Efficiency is not only a concern when the data is large: for time-critical applications, one needs to utilize the architecture at hand as efficient as possible. Today’s architectures are driven by power limitations; instead of using a single, very fast, power-hungry core, the CPUs we currently use have relatively slower cores. To get further computing power within a reasonable power envelope, accelerators have been developed by packing much simpler cores into a single die. Today, the world's most powerful supercomputers contain heterogeneous nodes which are equipped with cutting-edge multicore CPUs, faster SSDs, as well as accelerators, such as GPUs with thousands of cores or Intel's Xeon Phi. Due to this heterogeneity, applying different parallelization techniques at different levels of hardware/software is a necessity to achieve the peak performance and fully utilize such architectures.
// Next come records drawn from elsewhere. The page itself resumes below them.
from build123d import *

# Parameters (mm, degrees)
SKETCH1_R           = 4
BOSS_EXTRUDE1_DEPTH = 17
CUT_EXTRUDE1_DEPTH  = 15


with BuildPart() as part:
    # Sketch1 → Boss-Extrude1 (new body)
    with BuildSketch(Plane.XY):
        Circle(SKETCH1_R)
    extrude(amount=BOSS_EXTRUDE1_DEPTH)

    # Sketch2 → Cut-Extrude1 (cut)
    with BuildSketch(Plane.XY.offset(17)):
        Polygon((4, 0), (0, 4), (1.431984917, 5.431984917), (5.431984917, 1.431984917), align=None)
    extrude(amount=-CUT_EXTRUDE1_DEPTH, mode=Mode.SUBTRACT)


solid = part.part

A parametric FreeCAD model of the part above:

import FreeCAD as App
import Part
import Sketcher
Q = App.Units.Quantity

doc = App.newDocument("Part")
params = doc.addObject("Spreadsheet::Sheet", "Params")
for row, (alias, value) in enumerate([
    ("sketch1_diameter", "8 mm"),
    ("pad1_length", "17 mm"),
    ("pocket1_length", "15 mm"),
], start=1):
    params.set(f"A{row}", alias)
    params.set(f"B{row}", "=" + value)
    params.setAlias(f"B{row}", alias)

body = doc.addObject("PartDesign::Body", "Body")

# Sketch on XY plane
sketch1 = body.newObject("Sketcher::SketchObject", "Sketch")
sketch1.AttachmentSupport = (doc.getObject("XY_Plane"), [""])
sketch1.MapMode = "FlatFace"
sketch1.addGeometry(Part.Circle(App.Vector(0, 0, 0), App.Vector(0, 0, 1), 4), False)
sketch1.addConstraint(Sketcher.Constraint("Coincident", 0, 3, -1, 1))
sketch1.addConstraint(Sketcher.Constraint("Diameter", 0, Q("8 mm")))
sketch1.setExpression("Constraints[1]", "Params.sketch1_diameter")
pad1 = body.newObject("PartDesign::Pad", "Pad")
pad1.Profile = sketch1
pad1.setExpression("Length", "Params.pad1_length")

# Sketch on XY plane
sketch2 = body.newObject("Sketcher::SketchObject", "Sketch001")
sketch2.AttachmentSupport = (doc.getObject("XY_Plane"), [""])
sketch2.MapMode = "FlatFace"
sketch2.AttachmentOffset = App.Placement(App.Vector(0, 0, 17), App.Rotation())
sketch2.addGeometry(Part.LineSegment(App.Vector(0, 4, 0), App.Vector(4, 0, 0)), False)
sketch2.addGeometry(Part.LineSegment(App.Vector(4, 0, 0), App.Vector(5.4, 1.4, 0)), False)
sketch2.addGeometry(Part.LineSegment(App.Vector(5.4, 1.4, 0), App.Vector(1.4, 5.4, 0)), False)
sketch2.addGeometry(Part.LineSegment(App.Vector(1.4, 5.4, 0), App.Vector(0, 4, 0)), False)
sketch2.addConstraint(Sketcher.Constraint("Coincident", 0, 2, 1, 1))
sketch2.addConstraint(Sketcher.Constraint("Coincident", 1, 2, 2, 1))
sketch2.addConstraint(Sketcher.Constraint("Coincident", 2, 2, 3, 1))
sketch2.addConstraint(Sketcher.Constraint("Coincident", 3, 2, 0, 1))
sketch2.addConstraint(Sketcher.Constraint("PointOnObject", 0, 2, -1))
sketch2.addConstraint(Sketcher.Constraint("PointOnObject", 3, 2, -2))
sketch2.addConstraint(Sketcher.Constraint("Perpendicular", 0, 1))
sketch2.addConstraint(Sketcher.Constraint("Perpendicular", 1, 2))
sketch2.addConstraint(Sketcher.Constraint("Perpendicular", 2, 3))
sketch2.addConstraint(Sketcher.Constraint("Angle", 0, Q("-45 deg")))
sketch2.addConstraint(Sketcher.Constraint("DistanceX", -1, 1, 0, 2, Q("4 mm")))
sketch2.addConstraint(Sketcher.Constraint("Distance", 1, Q("2.025132 mm")))
pocket1 = body.newObject("PartDesign::Pocket", "Pocket")
pocket1.Profile = sketch2
pocket1.setExpression("Length", "Params.pocket1_length")

doc.recompute()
At Sabancı University, we conduct HPC research on social network analysis, combinatorial algorithms for scientific computing and runtime middleware systems for emerging multi-core architectures.

Application mapping on different levels of a hierarchical parallel computing system.

GPUs and accelerators are being deployed in the Cloud to improve processing capabilities and provide heterogeneity as Cloud Computing Systems become increasingly complex and process ever-increasing datasets. In such systems, application scheduling and data mapping need to be enhanced to maximize the utilization of the underlying architecture. Cloud management schemes require a fresh look when the underlying components are heterogeneous to achieve this. Moreover, applications differ in the way they perform on various special accelerators.

Manycore accelerators are widely used in many contemporary systems. In such systems, application mapping needs to be enhanced to maximize the utilization of the underlying architecture. Especially in GPUs, mapping becomes critical for multi-kernel applications as kernels may exhibit different characteristics. While some kernels run faster on GPU, others may stay on CPU due to the high data transfer overhead. Thus, heterogeneous execution may yield improved performance compared to executing the application only on the CPU or GPU.